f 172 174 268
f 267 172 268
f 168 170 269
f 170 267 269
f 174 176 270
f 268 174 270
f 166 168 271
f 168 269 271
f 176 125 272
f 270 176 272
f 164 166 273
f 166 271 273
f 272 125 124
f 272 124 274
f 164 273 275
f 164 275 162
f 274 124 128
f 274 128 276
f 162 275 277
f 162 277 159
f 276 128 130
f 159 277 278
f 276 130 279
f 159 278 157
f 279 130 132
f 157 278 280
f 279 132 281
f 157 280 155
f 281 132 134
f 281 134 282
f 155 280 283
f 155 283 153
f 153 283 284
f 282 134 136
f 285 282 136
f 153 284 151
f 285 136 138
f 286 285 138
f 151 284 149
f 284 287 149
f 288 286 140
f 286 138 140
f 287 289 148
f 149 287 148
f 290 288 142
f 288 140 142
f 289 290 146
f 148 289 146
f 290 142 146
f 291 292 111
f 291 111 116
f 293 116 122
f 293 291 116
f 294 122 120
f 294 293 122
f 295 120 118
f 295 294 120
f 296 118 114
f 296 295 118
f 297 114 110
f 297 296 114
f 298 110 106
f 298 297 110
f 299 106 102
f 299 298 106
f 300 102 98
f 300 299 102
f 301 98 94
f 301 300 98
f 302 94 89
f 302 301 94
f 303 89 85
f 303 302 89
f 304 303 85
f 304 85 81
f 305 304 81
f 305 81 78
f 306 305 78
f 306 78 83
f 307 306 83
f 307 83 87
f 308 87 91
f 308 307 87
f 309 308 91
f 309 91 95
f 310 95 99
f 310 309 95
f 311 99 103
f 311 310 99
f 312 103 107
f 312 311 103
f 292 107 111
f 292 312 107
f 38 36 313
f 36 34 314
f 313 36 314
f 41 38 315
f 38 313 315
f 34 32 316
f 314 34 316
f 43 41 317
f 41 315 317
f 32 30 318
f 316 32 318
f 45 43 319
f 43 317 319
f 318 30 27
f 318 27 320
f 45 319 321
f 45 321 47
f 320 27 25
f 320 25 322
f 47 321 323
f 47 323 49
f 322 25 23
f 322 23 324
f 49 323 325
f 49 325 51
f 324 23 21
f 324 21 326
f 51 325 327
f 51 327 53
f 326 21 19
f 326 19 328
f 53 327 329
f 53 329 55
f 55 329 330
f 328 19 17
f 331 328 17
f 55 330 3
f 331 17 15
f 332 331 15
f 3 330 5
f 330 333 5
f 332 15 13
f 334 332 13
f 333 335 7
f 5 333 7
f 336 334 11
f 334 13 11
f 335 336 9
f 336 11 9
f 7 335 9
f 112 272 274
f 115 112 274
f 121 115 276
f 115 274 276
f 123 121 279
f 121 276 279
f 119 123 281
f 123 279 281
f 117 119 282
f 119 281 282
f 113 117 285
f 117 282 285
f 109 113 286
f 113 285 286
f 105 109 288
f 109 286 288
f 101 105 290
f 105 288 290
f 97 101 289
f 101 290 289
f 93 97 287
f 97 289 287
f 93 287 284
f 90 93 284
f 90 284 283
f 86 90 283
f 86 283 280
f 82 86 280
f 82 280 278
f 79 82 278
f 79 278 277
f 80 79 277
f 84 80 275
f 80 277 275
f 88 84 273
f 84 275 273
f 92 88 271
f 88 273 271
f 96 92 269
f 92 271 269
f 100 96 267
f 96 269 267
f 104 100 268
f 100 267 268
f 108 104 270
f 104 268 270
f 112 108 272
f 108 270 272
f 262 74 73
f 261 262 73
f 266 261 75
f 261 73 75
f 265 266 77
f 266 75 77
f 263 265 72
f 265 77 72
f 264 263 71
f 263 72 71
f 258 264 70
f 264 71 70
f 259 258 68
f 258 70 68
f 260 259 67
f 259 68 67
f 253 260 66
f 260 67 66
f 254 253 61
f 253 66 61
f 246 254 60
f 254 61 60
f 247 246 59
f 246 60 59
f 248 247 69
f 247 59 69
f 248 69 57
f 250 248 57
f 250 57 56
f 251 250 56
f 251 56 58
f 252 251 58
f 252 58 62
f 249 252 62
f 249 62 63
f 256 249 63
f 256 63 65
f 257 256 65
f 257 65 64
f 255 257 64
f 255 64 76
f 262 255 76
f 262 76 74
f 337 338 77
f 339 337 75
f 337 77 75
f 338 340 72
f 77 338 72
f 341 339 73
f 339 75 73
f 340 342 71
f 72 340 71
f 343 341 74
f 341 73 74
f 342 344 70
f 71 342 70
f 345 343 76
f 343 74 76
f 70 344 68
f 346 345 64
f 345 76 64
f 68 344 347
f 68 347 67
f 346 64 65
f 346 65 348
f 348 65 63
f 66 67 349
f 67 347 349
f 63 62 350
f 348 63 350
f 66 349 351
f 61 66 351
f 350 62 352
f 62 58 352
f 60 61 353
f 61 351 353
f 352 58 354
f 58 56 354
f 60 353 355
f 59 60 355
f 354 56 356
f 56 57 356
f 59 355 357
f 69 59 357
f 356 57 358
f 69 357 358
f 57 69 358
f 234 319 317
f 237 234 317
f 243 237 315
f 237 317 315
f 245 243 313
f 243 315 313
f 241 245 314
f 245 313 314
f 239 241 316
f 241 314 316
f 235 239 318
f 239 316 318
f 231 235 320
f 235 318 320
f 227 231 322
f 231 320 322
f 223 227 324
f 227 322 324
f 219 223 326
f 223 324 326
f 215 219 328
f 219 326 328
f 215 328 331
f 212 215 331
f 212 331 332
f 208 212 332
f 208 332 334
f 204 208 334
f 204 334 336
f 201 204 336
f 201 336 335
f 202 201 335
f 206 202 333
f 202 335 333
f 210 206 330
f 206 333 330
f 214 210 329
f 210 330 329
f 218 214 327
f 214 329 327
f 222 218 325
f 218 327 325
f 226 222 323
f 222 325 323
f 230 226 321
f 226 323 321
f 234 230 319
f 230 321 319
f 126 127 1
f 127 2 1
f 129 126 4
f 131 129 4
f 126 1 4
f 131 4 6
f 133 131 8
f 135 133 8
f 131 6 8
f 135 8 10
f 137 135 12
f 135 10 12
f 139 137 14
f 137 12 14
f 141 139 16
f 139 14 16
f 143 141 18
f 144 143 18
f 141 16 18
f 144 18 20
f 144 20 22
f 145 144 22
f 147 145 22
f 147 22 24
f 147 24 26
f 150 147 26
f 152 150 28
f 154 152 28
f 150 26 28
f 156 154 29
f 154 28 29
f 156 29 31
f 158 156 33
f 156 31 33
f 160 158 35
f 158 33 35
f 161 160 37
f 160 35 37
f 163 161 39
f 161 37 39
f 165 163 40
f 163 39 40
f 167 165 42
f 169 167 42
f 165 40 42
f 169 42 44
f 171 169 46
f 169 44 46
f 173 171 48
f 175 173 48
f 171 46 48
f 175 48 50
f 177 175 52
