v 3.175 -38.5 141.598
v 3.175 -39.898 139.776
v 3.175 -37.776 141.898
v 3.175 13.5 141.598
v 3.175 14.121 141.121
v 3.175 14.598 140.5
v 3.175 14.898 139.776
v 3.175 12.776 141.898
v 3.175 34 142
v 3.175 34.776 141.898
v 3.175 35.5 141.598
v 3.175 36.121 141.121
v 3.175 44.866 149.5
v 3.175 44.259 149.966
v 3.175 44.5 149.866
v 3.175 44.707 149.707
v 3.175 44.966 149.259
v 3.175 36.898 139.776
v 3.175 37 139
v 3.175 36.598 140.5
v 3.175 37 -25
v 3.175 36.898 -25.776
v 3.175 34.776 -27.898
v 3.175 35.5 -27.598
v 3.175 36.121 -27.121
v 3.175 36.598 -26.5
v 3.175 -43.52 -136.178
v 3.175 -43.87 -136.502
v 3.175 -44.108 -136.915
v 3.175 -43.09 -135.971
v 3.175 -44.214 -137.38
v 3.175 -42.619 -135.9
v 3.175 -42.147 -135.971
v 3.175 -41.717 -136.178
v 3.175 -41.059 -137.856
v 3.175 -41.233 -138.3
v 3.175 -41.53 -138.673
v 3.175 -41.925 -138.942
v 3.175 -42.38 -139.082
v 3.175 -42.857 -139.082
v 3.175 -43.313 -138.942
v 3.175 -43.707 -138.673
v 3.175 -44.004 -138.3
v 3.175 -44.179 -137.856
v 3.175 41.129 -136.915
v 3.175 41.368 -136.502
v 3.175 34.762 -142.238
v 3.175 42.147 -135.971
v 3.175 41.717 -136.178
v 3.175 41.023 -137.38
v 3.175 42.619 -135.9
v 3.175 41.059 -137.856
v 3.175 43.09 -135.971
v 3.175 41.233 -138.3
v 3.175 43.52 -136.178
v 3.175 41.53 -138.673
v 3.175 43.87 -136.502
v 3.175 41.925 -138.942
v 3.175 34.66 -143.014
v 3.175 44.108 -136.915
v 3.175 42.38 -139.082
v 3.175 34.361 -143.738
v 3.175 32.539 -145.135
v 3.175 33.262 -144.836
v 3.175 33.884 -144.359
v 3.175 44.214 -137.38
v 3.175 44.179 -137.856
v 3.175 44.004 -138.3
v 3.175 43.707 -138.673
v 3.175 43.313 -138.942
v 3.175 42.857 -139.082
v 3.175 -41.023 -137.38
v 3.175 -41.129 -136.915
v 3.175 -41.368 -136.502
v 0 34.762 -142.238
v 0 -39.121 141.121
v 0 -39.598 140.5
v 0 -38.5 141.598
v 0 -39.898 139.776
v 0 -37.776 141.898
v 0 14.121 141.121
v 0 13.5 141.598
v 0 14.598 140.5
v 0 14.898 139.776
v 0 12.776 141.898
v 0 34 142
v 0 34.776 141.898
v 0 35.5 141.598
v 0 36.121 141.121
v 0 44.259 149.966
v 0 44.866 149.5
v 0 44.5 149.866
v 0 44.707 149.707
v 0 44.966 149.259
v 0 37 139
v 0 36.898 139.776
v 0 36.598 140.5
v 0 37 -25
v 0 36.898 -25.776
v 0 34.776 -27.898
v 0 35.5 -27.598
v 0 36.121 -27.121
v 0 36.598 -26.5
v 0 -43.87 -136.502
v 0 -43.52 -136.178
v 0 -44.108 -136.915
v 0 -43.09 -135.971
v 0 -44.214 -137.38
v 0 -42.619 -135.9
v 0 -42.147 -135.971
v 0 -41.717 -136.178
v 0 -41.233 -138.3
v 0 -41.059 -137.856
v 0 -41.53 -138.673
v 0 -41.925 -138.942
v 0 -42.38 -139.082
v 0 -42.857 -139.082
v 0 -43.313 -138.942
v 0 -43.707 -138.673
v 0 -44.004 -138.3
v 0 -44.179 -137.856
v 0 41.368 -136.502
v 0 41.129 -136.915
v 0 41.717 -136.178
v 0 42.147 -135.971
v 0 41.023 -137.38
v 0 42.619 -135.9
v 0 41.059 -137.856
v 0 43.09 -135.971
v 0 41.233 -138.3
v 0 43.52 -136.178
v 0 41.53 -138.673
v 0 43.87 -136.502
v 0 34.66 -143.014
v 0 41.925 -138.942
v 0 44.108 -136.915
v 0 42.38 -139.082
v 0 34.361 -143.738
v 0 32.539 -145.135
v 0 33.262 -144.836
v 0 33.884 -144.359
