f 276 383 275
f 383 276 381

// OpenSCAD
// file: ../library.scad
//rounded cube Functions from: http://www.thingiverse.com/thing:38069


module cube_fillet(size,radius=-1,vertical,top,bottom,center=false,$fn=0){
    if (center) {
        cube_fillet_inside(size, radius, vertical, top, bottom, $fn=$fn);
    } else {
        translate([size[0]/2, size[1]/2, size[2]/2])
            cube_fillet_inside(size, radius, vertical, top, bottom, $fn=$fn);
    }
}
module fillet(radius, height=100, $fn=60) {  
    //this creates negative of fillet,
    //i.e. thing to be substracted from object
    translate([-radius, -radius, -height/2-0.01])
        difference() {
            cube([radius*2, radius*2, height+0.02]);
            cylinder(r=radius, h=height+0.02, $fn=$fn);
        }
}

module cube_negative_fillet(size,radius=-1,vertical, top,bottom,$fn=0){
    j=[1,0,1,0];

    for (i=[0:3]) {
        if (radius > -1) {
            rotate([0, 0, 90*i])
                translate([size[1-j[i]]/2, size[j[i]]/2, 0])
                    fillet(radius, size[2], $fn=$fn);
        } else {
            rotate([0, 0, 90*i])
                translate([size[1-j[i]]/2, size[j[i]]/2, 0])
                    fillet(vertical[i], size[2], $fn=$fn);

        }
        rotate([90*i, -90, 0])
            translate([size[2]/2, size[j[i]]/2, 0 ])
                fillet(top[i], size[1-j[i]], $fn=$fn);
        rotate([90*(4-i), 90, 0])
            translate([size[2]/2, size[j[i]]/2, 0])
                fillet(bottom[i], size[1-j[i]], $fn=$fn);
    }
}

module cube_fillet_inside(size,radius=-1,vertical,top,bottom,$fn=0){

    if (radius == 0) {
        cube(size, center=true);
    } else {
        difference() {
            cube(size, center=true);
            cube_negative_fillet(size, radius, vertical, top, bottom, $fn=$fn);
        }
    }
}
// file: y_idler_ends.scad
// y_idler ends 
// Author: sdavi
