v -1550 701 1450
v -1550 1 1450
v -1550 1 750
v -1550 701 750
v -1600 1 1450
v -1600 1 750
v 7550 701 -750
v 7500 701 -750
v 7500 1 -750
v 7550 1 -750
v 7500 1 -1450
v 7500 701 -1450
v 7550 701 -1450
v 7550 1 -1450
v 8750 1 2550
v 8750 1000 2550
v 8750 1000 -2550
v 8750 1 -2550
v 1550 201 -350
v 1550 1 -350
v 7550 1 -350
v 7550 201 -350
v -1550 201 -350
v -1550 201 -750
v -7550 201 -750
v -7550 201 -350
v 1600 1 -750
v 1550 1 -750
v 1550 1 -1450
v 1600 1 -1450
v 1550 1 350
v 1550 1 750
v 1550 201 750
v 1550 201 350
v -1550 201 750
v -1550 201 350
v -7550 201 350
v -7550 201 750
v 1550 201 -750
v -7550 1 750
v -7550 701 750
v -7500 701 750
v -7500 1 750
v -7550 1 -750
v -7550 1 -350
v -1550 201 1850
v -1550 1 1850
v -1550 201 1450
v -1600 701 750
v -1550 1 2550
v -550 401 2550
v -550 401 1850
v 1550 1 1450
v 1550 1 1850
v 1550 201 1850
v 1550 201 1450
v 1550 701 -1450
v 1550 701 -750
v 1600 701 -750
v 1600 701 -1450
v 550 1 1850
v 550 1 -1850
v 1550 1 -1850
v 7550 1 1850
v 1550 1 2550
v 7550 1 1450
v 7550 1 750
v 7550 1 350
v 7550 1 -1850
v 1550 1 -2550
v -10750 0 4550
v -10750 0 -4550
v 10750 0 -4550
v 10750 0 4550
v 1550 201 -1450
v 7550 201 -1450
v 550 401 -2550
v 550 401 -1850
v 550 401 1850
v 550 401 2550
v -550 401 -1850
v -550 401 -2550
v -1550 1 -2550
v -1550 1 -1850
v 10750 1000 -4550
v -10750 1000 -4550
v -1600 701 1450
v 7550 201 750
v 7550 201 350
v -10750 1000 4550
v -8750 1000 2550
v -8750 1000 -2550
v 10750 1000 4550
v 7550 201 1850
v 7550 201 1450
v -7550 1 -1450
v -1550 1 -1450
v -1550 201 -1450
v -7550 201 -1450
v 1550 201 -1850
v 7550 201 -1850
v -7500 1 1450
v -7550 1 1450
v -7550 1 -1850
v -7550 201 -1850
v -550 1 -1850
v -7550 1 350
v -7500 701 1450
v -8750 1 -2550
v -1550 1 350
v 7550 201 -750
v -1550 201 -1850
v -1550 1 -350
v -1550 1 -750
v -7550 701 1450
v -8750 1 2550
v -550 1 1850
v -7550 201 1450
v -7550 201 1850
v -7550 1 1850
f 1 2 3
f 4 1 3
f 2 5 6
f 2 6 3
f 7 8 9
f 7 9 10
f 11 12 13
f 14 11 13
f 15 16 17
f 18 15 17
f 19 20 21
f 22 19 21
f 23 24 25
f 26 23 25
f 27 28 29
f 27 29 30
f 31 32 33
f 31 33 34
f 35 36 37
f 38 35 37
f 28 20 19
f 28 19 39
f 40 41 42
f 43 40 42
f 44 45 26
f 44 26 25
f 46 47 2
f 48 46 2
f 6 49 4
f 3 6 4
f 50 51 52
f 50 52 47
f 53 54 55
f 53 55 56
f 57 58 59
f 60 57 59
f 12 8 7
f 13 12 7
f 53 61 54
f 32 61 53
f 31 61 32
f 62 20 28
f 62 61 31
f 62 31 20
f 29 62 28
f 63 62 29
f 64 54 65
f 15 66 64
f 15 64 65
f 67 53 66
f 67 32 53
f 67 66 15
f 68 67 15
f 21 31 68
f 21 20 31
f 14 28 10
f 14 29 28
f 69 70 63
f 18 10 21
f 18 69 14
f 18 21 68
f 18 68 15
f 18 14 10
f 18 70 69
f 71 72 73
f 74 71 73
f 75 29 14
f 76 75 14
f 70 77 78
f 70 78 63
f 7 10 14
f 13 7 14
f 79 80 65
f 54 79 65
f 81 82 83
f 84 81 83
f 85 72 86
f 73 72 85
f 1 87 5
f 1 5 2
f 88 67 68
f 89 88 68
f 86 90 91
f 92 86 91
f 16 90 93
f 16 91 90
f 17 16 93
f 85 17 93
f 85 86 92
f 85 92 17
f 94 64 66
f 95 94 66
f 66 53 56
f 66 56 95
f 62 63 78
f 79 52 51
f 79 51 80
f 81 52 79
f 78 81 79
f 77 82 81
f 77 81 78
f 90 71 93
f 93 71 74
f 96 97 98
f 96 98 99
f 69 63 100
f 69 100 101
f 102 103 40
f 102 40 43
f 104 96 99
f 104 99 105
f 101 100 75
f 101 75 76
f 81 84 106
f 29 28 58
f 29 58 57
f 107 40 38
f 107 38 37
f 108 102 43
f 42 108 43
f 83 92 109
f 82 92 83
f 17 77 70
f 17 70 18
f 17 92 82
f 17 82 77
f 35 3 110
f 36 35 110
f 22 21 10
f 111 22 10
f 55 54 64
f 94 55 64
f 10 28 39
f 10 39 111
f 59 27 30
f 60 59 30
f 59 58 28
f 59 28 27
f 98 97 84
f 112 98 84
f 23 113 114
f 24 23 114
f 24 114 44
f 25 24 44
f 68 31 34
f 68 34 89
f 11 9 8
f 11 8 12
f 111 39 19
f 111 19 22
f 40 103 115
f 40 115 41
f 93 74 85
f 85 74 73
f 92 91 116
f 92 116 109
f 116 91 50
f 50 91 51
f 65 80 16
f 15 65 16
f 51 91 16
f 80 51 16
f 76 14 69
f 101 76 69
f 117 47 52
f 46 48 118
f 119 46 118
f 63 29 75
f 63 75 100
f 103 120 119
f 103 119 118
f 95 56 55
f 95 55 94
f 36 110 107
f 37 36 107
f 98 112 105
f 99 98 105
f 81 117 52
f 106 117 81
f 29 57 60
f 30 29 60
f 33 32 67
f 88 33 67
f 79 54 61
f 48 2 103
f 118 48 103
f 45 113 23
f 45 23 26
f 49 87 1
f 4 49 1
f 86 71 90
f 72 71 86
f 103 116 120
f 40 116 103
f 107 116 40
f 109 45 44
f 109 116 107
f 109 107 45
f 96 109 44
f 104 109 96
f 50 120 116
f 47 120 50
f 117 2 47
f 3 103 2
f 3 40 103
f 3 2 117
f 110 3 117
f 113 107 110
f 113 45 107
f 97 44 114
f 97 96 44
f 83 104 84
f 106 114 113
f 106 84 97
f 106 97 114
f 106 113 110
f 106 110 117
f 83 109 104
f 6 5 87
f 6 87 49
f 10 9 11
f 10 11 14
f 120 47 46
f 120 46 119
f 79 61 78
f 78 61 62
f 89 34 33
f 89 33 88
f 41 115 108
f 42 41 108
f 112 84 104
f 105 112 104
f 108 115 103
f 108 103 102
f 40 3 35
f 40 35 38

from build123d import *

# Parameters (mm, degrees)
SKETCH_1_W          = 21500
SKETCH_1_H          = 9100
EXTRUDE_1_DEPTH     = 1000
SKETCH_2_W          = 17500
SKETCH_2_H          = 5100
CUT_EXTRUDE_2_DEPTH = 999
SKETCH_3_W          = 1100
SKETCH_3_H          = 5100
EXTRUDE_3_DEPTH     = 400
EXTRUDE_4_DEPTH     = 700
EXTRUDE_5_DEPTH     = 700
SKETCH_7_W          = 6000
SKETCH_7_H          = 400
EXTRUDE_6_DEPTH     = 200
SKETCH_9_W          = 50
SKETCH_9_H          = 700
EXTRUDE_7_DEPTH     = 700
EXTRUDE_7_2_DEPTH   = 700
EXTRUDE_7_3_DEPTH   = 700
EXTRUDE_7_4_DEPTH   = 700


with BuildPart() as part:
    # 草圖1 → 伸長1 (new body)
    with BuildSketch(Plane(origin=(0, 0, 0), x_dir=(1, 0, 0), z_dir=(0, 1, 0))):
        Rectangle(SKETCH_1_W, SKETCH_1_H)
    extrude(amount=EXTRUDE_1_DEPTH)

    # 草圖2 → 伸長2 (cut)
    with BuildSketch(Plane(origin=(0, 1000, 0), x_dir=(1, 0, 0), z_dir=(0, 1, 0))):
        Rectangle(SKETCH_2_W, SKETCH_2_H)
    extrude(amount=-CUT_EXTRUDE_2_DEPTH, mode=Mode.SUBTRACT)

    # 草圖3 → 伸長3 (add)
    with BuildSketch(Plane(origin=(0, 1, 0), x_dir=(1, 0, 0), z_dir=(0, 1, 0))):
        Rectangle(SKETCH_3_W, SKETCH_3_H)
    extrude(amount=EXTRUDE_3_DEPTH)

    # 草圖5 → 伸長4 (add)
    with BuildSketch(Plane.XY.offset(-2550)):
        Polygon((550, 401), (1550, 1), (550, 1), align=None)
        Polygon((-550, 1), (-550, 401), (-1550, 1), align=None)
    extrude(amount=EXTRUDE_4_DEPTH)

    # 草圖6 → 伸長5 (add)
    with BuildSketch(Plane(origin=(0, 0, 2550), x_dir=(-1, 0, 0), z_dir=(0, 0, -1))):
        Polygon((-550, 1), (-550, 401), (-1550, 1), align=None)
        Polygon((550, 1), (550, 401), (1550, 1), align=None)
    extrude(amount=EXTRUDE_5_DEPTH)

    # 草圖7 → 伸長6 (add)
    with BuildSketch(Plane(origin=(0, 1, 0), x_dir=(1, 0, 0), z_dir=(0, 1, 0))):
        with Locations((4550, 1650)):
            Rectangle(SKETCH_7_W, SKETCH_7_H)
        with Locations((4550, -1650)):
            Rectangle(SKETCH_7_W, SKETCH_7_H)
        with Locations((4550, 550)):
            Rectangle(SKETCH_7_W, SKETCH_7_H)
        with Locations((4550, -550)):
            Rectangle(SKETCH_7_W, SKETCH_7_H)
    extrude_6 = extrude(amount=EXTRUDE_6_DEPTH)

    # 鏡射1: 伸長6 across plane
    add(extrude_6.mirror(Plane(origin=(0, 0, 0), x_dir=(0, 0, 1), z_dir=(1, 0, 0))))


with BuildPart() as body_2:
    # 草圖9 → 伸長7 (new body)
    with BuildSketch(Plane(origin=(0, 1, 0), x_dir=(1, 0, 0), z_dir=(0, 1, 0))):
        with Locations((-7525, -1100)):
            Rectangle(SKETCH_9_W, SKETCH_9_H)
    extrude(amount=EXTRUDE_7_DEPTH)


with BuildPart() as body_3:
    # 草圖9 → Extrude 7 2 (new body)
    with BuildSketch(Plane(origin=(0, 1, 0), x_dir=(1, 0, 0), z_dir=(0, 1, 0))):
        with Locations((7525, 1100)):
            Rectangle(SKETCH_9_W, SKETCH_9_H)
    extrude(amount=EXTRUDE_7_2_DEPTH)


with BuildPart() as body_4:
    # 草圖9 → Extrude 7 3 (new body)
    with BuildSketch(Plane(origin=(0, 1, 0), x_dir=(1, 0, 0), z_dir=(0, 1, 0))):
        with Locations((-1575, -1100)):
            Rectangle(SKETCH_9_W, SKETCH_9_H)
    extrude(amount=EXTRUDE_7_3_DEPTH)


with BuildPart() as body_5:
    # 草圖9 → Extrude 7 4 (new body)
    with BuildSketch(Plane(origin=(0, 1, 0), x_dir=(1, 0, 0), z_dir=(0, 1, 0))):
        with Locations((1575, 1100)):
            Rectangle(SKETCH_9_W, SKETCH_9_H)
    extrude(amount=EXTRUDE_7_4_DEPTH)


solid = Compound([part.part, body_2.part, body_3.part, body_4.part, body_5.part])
---
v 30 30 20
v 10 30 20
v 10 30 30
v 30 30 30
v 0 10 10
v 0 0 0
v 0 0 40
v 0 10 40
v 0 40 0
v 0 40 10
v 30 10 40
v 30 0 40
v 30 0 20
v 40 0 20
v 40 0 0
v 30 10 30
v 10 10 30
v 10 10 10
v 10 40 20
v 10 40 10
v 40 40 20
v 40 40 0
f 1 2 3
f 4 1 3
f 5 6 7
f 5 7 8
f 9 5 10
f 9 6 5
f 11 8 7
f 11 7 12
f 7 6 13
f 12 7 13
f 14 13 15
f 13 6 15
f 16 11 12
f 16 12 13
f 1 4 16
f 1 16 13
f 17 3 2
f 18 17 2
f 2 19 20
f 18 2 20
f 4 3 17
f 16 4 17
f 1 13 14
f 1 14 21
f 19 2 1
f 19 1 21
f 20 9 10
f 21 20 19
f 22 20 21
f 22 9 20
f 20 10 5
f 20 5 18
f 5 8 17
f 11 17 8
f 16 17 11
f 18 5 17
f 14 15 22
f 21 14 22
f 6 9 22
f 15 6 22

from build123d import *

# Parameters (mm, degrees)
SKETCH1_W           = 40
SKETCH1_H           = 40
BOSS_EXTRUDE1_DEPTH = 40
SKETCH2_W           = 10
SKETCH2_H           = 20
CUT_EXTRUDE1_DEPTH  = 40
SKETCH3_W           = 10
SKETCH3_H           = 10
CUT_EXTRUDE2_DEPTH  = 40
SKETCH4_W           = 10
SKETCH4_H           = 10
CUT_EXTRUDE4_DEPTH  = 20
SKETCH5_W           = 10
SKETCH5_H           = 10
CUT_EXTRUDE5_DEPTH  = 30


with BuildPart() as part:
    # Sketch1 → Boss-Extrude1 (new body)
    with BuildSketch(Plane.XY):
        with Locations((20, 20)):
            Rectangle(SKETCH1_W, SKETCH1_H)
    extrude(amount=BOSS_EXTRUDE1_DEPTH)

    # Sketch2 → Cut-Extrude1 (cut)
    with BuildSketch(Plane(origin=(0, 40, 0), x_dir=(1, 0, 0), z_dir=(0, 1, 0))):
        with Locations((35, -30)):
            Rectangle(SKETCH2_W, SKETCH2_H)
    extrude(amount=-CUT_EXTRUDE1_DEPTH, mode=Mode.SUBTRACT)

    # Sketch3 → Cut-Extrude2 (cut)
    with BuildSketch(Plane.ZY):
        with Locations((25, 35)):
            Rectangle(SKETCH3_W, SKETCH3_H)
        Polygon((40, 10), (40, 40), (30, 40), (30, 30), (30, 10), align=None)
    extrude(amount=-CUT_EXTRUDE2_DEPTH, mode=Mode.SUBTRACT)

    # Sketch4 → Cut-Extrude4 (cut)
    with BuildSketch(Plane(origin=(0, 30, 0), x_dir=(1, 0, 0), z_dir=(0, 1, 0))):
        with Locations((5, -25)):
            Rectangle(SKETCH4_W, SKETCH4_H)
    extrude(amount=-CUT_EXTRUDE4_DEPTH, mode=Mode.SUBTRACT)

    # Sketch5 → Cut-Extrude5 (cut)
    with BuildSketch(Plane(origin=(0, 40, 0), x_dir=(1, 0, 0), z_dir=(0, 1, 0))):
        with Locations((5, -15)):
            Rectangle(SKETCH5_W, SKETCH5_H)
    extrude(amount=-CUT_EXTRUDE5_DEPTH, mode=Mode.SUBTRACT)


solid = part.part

### Work task:
Transcribe each line of the data above, unaltered, from the one where "f 172 174 268" appears to the one where "f 306 305 78" appears, inclusive of both.

### Response area:
f 172 174 268
f 267 172 268
f 168 170 269
f 170 267 269
f 174 176 270
f 268 174 270
f 166 168 271
f 168 269 271
f 176 125 272
f 270 176 272
f 164 166 273
f 166 271 273
f 272 125 124
f 272 124 274
f 164 273 275
f 164 275 162
f 274 124 128
f 274 128 276
f 162 275 277
f 162 277 159
f 276 128 130
f 159 277 278
f 276 130 279
f 159 278 157
f 279 130 132
f 157 278 280
f 279 132 281
f 157 280 155
f 281 132 134
f 281 134 282
f 155 280 283
f 155 283 153
f 153 283 284
f 282 134 136
f 285 282 136
f 153 284 151
f 285 136 138
f 286 285 138
f 151 284 149
f 284 287 149
f 288 286 140
f 286 138 140
f 287 289 148
f 149 287 148
f 290 288 142
f 288 140 142
f 289 290 146
f 148 289 146
f 290 142 146
f 291 292 111
f 291 111 116
f 293 116 122
f 293 291 116
f 294 122 120
f 294 293 122
f 295 120 118
f 295 294 120
f 296 118 114
f 296 295 118
f 297 114 110
f 297 296 114
f 298 110 106
f 298 297 110
f 299 106 102
f 299 298 106
f 300 102 98
f 300 299 102
f 301 98 94
f 301 300 98
f 302 94 89
f 302 301 94
f 303 89 85
f 303 302 89
f 304 303 85
f 304 85 81
f 305 304 81
f 305 81 78
f 306 305 78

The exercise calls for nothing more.